Without skipping any entry, transcribe the data word for word.

——

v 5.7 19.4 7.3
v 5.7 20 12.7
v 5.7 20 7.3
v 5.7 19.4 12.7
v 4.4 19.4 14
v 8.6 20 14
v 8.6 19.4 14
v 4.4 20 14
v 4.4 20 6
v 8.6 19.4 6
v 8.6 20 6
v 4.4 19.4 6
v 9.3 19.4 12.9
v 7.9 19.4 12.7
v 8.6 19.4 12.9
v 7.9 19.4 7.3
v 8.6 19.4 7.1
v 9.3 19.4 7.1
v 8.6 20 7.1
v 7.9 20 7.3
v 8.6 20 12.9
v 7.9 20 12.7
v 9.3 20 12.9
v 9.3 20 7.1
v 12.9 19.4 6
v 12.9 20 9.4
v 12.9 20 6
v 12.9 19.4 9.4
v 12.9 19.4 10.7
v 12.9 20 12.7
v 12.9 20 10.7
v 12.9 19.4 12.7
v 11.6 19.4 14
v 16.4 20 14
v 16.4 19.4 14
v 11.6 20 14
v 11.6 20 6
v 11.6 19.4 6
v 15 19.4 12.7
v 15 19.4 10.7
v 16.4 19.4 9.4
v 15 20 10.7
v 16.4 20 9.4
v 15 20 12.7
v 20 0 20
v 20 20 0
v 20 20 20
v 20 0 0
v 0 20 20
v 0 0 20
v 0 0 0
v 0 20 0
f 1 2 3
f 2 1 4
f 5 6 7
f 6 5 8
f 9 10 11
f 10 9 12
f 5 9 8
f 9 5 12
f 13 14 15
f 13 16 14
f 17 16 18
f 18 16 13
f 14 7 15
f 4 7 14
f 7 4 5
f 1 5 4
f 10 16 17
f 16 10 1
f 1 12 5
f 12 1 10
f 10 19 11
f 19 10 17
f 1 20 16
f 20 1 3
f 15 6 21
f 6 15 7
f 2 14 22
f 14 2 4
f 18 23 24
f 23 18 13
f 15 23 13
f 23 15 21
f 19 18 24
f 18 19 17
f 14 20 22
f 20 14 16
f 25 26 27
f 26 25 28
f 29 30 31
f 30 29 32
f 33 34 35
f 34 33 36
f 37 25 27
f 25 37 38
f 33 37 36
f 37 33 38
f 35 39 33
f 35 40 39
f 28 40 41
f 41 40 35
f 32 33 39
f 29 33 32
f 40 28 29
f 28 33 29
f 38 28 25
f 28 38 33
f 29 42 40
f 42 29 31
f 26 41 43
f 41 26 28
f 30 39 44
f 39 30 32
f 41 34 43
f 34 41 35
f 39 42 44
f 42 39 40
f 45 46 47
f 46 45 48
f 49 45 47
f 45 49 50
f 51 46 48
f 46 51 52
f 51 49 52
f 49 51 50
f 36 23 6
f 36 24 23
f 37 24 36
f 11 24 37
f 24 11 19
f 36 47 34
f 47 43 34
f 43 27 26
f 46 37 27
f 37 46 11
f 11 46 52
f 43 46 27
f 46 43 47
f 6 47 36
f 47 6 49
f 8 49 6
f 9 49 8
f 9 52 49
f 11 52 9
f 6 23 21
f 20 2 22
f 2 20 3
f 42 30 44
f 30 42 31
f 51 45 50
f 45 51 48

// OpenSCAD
// Fixture: 20mm cube with etched initials on the front (mm)
// Region default (unspecified): largest vertical face / front (+Y).
// Etch depth 0.6 mm — visible, leaves #11 1.6 mm walls on this solid host.
// Honest stub: block initials, not Style2Fab / text().
$fn = 48;
size = 20;
etch_depth = 0.6;
difference() {
  cube(size, center = false);
  union() {
    translate([4.4, 19.4, 6]) cube([1.3, 0.8, 8]);
    translate([4.4, 19.4, 6]) cube([4.2, 0.8, 1.3]);
    translate([4.4, 19.4, 12.7]) cube([4.2, 0.8, 1.3]);
    translate([7.9, 19.4, 7.1]) cube([1.4, 0.8, 5.8]);
    translate([11.6, 19.4, 6]) cube([1.3, 0.8, 8]);
    translate([11.6, 19.4, 9.4]) cube([4.4, 0.8, 1.3]);
    translate([11.6, 19.4, 12.7]) cube([4.4, 0.8, 1.3]);
    translate([15, 19.4, 9.4]) cube([1.4, 0.8, 4.6]);
  }
}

——

Output of the exercise:
v 5.7 19.4 7.3
v 5.7 20 12.7
v 5.7 20 7.3
v 5.7 19.4 12.7
v 4.4 19.4 14
v 8.6 20 14
v 8.6 19.4 14
v 4.4 20 14
v 4.4 20 6
v 8.6 19.4 6
v 8.6 20 6
v 4.4 19.4 6
v 9.3 19.4 12.9
v 7.9 19.4 12.7
v 8.6 19.4 12.9
v 7.9 19.4 7.3
v 8.6 19.4 7.1
v 9.3 19.4 7.1
v 8.6 20 7.1
v 7.9 20 7.3
v 8.6 20 12.9
v 7.9 20 12.7
v 9.3 20 12.9
v 9.3 20 7.1
v 12.9 19.4 6
v 12.9 20 9.4
v 12.9 20 6
v 12.9 19.4 9.4
v 12.9 19.4 10.7
v 12.9 20 12.7
v 12.9 20 10.7
v 12.9 19.4 12.7
v 11.6 19.4 14
v 16.4 20 14
v 16.4 19.4 14
v 11.6 20 14
v 11.6 20 6
v 11.6 19.4 6
v 15 19.4 12.7
v 15 19.4 10.7
v 16.4 19.4 9.4
v 15 20 10.7
v 16.4 20 9.4
v 15 20 12.7
v 20 0 20
v 20 20 0
v 20 20 20
v 20 0 0
v 0 20 20
v 0 0 20
v 0 0 0
v 0 20 0
f 1 2 3
f 2 1 4
f 5 6 7
f 6 5 8
f 9 10 11
f 10 9 12
f 5 9 8
f 9 5 12
f 13 14 15
f 13 16 14
f 17 16 18
f 18 16 13
f 14 7 15
f 4 7 14
f 7 4 5
f 1 5 4
f 10 16 17
f 16 10 1
f 1 12 5
f 12 1 10
f 10 19 11
f 19 10 17
f 1 20 16
f 20 1 3
f 15 6 21
f 6 15 7
f 2 14 22
f 14 2 4
f 18 23 24
f 23 18 13
f 15 23 13
f 23 15 21
f 19 18 24
f 18 19 17
f 14 20 22
f 20 14 16
f 25 26 27
f 26 25 28
f 29 30 31
f 30 29 32
f 33 34 35
f 34 33 36
f 37 25 27
f 25 37 38
f 33 37 36
f 37 33 38
f 35 39 33
f 35 40 39
f 28 40 41
f 41 40 35
f 32 33 39
f 29 33 32
f 40 28 29
f 28 33 29
f 38 28 25
f 28 38 33
f 29 42 40
f 42 29 31
f 26 41 43
f 41 26 28
f 30 39 44
f 39 30 32
f 41 34 43
f 34 41 35
f 39 42 44
f 42 39 40
f 45 46 47
f 46 45 48
f 49 45 47
f 45 49 50
f 51 46 48
f 46 51 52
f 51 49 52
f 49 51 50
f 36 23 6
f 36 24 23
f 37 24 36
f 11 24 37
f 24 11 19
f 36 47 34
f 47 43 34
f 43 27 26
f 46 37 27
f 37 46 11
f 11 46 52
f 43 46 27
f 46 43 47
f 6 47 36
f 47 6 49
f 8 49 6
f 9 49 8
f 9 52 49
f 11 52 9
f 6 23 21
f 20 2 22
f 2 20 3
f 42 30 44
f 30 42 31
f 51 45 50
f 45 51 48

// OpenSCAD
// Fixture: 20mm cube with etched initials on the front (mm)
// Region default (unspecified): largest vertical face / front (+Y).
// Etch depth 0.6 mm — visible, leaves #11 1.6 mm walls on this solid host.
// Honest stub: block initials, not Style2Fab / text().
$fn = 48;
size = 20;
etch_depth = 0.6;
difference() {
  cube(size, center = false);
  union() {
    translate([4.4, 19.4, 6]) cube([1.3, 0.8, 8]);
    translate([4.4, 19.4, 6]) cube([4.2, 0.8, 1.3]);
    translate([4.4, 19.4, 12.7]) cube([4.2, 0.8, 1.3]);
    translate([7.9, 19.4, 7.1]) cube([1.4, 0.8, 5.8]);
    translate([11.6, 19.4, 6]) cube([1.3, 0.8, 8]);
    translate([11.6, 19.4, 9.4]) cube([4.4, 0.8, 1.3]);
    translate([11.6, 19.4, 12.7]) cube([4.4, 0.8, 1.3]);
    translate([15, 19.4, 9.4]) cube([1.4, 0.8, 4.6]);
  }
}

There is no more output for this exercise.